Tuesday, December 28, 2010

Notes on "Shakespeare and the New Bibliography" - Chapter 1

The working relationship between Pollard, Greg, and McKerrow was a cordial one, which stands in contrast to the work of Shakespeare's 18th and 19th century editors (1). Their cooperative approach to bibliographic scholarship may have been one of the reasons this group did make so many advances in their field; it is perhaps also the reason why the narrative of good and bad quartos and piracy persisted in their ranks.

K. Deighton's The Old Dramatists: Conjectural Readings (1896) is "one of the better examples of that kind of textual criticism which proposes emendation without relation to the origin of the text or inquiry into the cause of corruption" (4). I feel as if I should look this up; one of the arguments that I seem to be evolving is that a performance is, in some ways at least, an island, and to use Dessen's phrase, directors will often find themselves "re-scripting Shakespeare" for modern performance anyway.
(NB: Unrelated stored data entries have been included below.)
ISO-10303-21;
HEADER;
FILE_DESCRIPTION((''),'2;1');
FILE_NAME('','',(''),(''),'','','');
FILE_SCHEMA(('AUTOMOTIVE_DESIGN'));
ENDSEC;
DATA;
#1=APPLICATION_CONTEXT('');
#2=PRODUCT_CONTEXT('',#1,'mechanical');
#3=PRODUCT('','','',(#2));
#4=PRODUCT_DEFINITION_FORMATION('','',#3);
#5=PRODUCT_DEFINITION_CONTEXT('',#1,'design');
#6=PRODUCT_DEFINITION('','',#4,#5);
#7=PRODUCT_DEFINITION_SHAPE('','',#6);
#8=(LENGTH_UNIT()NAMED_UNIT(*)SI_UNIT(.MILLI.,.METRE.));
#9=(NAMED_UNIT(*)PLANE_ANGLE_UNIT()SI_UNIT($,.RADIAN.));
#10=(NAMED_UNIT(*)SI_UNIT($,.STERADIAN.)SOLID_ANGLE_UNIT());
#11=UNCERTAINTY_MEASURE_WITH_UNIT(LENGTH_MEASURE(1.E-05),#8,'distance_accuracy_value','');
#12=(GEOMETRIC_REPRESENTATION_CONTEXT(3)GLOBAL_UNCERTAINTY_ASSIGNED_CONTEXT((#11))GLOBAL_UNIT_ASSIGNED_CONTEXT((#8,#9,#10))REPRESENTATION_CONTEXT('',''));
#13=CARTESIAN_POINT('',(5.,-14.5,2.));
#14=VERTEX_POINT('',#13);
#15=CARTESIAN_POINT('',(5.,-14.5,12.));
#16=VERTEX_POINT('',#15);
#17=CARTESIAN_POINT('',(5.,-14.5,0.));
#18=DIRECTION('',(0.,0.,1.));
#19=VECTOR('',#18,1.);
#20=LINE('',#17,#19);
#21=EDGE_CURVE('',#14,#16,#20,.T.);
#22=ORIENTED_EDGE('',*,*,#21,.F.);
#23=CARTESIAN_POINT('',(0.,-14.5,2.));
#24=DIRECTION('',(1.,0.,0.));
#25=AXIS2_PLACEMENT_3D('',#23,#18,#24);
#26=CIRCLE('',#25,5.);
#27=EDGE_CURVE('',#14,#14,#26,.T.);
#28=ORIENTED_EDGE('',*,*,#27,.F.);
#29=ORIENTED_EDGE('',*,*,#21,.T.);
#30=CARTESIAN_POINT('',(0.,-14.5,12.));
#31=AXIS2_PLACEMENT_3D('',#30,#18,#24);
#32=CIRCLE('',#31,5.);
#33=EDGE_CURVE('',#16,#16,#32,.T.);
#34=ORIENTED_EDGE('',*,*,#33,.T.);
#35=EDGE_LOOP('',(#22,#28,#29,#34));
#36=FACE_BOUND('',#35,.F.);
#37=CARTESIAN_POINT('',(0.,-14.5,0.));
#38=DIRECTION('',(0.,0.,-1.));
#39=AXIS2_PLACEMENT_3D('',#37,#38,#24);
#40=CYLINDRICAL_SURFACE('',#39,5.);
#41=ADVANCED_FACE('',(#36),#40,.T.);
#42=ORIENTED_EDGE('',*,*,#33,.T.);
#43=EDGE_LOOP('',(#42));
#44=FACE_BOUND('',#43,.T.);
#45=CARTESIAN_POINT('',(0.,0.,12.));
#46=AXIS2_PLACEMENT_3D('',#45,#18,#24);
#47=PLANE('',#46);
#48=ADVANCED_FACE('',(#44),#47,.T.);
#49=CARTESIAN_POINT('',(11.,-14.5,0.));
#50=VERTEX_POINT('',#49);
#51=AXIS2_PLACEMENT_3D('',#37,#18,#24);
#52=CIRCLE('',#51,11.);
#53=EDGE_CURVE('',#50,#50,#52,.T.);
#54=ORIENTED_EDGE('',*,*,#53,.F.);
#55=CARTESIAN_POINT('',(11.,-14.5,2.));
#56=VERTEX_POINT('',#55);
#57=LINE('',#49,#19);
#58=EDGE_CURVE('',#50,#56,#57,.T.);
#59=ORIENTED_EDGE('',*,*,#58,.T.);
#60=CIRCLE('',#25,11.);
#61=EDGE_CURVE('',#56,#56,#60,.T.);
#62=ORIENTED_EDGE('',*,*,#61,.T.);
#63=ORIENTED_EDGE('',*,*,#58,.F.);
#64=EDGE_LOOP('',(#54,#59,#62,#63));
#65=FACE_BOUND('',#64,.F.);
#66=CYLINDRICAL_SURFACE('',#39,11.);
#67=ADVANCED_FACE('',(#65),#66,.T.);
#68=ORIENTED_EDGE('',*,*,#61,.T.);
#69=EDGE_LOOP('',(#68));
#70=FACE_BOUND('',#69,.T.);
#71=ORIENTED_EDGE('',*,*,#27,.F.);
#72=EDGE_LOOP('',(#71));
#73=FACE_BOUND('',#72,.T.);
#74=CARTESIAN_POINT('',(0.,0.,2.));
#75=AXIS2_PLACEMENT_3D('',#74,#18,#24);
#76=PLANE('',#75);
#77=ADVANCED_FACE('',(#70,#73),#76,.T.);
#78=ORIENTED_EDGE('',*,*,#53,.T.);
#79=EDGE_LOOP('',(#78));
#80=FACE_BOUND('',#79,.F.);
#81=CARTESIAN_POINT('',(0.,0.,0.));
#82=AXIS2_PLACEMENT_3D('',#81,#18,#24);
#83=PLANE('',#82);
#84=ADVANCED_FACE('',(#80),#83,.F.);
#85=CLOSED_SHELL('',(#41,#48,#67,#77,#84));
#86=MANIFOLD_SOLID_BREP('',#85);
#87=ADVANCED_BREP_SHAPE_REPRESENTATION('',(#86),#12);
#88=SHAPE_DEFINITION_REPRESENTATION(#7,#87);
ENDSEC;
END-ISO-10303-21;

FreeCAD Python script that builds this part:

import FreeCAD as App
import Part
import Sketcher

doc = App.newDocument("Part")
body = doc.addObject("PartDesign::Body", "Body")

# Sketch on XY plane
sketch1 = body.newObject("Sketcher::SketchObject", "Sketch")
sketch1.AttachmentSupport = (doc.getObject("XY_Plane"), [""])
sketch1.MapMode = "FlatFace"
sketch1.addGeometry(Part.Circle(App.Vector(0, -14, 0), App.Vector(0, 0, 1), 5), False)
sketch1.addConstraint(Sketcher.Constraint("PointOnObject", 0, 3, -2))
sketch1.addConstraint(Sketcher.Constraint("Diameter", 0, 10.0))
sketch1.addConstraint(Sketcher.Constraint("DistanceY", 0, 3, -1, 1, 14.5))
pad1 = body.newObject("PartDesign::Pad", "Pad")
pad1.Profile = sketch1
pad1.Length = 12

# Sketch on XY plane
sketch2 = body.newObject("Sketcher::SketchObject", "Sketch001")
sketch2.AttachmentSupport = (doc.getObject("XY_Plane"), [""])
sketch2.MapMode = "FlatFace"
sketch2.addGeometry(Part.Circle(App.Vector(0, -14, 0), App.Vector(0, 0, 1), 11), False)
sketch2.addGeometry(Part.Circle(App.Vector(0, -14, 0), App.Vector(0, 0, 1), 5), False)
sketch2.addConstraint(Sketcher.Constraint("Coincident", 1, 3, 0, 3))
sketch2.addConstraint(Sketcher.Constraint("PointOnObject", 0, 3, -2))
sketch2.addConstraint(Sketcher.Constraint("Diameter", 0, 22.0))
sketch2.addConstraint(Sketcher.Constraint("Diameter", 1, 10.0))
sketch2.addConstraint(Sketcher.Constraint("DistanceY", 0, 3, -1, 1, 14.5))
pad2 = body.newObject("PartDesign::Pad", "Pad001")
pad2.Profile = sketch2
pad2.Length = 2

doc.recompute()
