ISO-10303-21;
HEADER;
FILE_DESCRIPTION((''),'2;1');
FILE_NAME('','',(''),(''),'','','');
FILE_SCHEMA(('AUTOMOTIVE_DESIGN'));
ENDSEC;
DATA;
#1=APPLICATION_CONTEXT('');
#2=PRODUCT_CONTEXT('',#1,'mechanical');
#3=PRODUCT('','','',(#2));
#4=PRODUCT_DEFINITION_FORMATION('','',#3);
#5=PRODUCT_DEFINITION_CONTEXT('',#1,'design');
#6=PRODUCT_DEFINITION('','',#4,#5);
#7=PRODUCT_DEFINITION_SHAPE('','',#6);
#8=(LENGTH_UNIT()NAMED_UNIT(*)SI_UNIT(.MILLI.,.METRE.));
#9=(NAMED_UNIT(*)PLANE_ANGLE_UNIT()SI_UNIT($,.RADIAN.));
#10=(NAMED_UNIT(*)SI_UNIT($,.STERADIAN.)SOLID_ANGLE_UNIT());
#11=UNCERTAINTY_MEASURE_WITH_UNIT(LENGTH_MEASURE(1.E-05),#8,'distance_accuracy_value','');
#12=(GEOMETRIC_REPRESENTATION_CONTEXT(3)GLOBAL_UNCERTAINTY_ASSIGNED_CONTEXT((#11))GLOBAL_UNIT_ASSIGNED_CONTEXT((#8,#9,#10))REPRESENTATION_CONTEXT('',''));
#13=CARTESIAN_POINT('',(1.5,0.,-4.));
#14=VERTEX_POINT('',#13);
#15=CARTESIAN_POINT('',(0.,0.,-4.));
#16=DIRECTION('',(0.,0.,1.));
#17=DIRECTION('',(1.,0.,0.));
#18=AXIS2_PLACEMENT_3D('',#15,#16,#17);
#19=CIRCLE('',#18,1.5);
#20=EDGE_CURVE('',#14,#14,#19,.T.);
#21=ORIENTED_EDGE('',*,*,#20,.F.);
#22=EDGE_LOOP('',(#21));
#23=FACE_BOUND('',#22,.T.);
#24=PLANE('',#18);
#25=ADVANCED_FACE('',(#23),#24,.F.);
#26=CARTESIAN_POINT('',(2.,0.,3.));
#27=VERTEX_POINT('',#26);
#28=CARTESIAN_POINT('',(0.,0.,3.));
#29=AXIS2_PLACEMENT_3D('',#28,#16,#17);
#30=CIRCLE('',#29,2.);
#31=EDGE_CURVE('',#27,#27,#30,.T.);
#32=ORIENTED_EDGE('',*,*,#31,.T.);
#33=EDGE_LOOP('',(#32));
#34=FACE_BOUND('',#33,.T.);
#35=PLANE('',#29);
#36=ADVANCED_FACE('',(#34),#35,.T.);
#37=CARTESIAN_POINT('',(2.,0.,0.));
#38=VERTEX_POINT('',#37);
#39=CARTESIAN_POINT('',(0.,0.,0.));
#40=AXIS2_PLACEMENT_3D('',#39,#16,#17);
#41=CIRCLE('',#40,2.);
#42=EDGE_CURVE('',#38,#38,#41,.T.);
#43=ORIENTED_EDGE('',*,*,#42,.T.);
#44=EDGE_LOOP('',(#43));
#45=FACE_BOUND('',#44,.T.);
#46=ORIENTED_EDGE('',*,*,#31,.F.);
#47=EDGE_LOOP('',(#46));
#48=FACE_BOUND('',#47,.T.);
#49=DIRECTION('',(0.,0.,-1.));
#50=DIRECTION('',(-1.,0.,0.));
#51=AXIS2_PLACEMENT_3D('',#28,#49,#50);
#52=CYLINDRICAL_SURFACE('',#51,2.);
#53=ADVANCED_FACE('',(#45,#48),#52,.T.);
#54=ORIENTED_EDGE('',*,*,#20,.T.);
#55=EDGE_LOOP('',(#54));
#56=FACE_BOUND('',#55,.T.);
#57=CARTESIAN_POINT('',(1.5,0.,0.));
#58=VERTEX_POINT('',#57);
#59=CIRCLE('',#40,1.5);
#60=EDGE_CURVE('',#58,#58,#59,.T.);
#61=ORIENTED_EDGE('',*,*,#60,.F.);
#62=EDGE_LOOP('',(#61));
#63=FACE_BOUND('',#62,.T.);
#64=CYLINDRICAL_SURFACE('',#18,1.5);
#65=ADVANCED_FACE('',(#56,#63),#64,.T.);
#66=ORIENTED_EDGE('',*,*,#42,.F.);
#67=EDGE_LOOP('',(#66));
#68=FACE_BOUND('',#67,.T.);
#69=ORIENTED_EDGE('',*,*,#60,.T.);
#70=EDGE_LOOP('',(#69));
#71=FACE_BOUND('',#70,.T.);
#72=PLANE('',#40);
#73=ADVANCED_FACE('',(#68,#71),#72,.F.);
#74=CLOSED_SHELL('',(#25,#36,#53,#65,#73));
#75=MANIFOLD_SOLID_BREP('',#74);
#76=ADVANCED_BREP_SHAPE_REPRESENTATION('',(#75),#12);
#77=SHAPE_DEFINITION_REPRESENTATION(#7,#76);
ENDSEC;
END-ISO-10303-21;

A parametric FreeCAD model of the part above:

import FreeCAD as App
import Part
import Sketcher
Q = App.Units.Quantity

doc = App.newDocument("Part")
params = doc.addObject("Spreadsheet::Sheet", "Params")
for row, (alias, value) in enumerate([
    ("sketch1_diameter", "4 mm"),
    ("pad1_length", "3 mm"),
    ("sketch2_diameter", "3 mm"),
    ("pad2_length", "4 mm"),
], start=1):
    params.set(f"A{row}", alias)
    params.set(f"B{row}", "=" + value)
    params.setAlias(f"B{row}", alias)

body = doc.addObject("PartDesign::Body", "Body")

sketch1 = body.newObject("Sketcher::SketchObject", "Sketch")
sketch1.AttachmentSupport = (doc.getObject("XY_Plane"), [""])
sketch1.MapMode = "FlatFace"
sketch1.addGeometry(Part.Circle(App.Vector(0, 0, 0), App.Vector(0, 0, 1), 2), False)
sketch1.addConstraint([
    Sketcher.Constraint("Coincident", 0, 3, -1, 1),
    Sketcher.Constraint("Diameter", 0, Q("4 mm")),
])
sketch1.setExpression("Constraints[1]", "Params.sketch1_diameter")
pad1 = body.newObject("PartDesign::Pad", "Pad")
pad1.Profile = sketch1
pad1.setExpression("Length", "Params.pad1_length")

sketch2 = body.newObject("Sketcher::SketchObject", "Sketch001")
sketch2.AttachmentSupport = (doc.getObject("XY_Plane"), [""])
sketch2.MapMode = "FlatFace"
sketch2.addGeometry(Part.Circle(App.Vector(0, 0, 0), App.Vector(0, 0, 1), 1.5), False)
sketch2.addConstraint([
    Sketcher.Constraint("Coincident", 0, 3, -1, 1),
    Sketcher.Constraint("Diameter", 0, Q("3 mm")),
])
sketch2.setExpression("Constraints[1]", "Params.sketch2_diameter")
pad2 = body.newObject("PartDesign::Pad", "Pad001")
pad2.Profile = sketch2
pad2.setExpression("Length", "Params.pad2_length")
pad2.Reversed = True

doc.recompute()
Perhaps editing for modern production has more in common with the old bibliography than with the New.

When Sidney Lee accused early modern printers of piracy in his 1898 Life of Shakespeare, Greg replied that 'it should be frankly confessed that we know very little about the old copyright regulations' (5).

The strength of McKerrow and Greg's work rested in their recognition of "what they did not know and what they needed to know" to develop bibliographic analysis into more than just a guessing game (6). Maybe I've been too hard on them; when the previous generation is guessing, and you've gone to the trouble of discovering some facts, perhaps that gives you the right to create whatever narrative you want. No, that's not true; not when that narrative means ignoring some very important facts.

The origin of the good quarto/bad quarto theory, and Pollard's melodrama of piracy, originated with Halliwell-Phillipps' defense of Heminge and Condell. Throughout the 19th century, scholar's had regarded their claims of other texts being maimed and deformed as being merely an advertisement for the new works in the Folio (11 - 12).


Whereas earlier editors of Shakespeare confined themselves to readings of the text of the plays, Pollard, Greg, McKerrow, and the rest of the New Bibliographers undertook to understand the materials and conditions under which Shakespeare's plays were printed. In doing so they were able to determine that the Pavier quartos were, despite their title impressions, all printed at roughly the same time, and to determine the lineage of several other printed texts of the period. While their work did involve a good deal of guess work, their guess work was at least grounded in historical and technical fact to the greatest extent that they were able.


Wilson, F.P. Shakespeare and the New Bibliography. Oxford: Oxford UP. 1970. Print.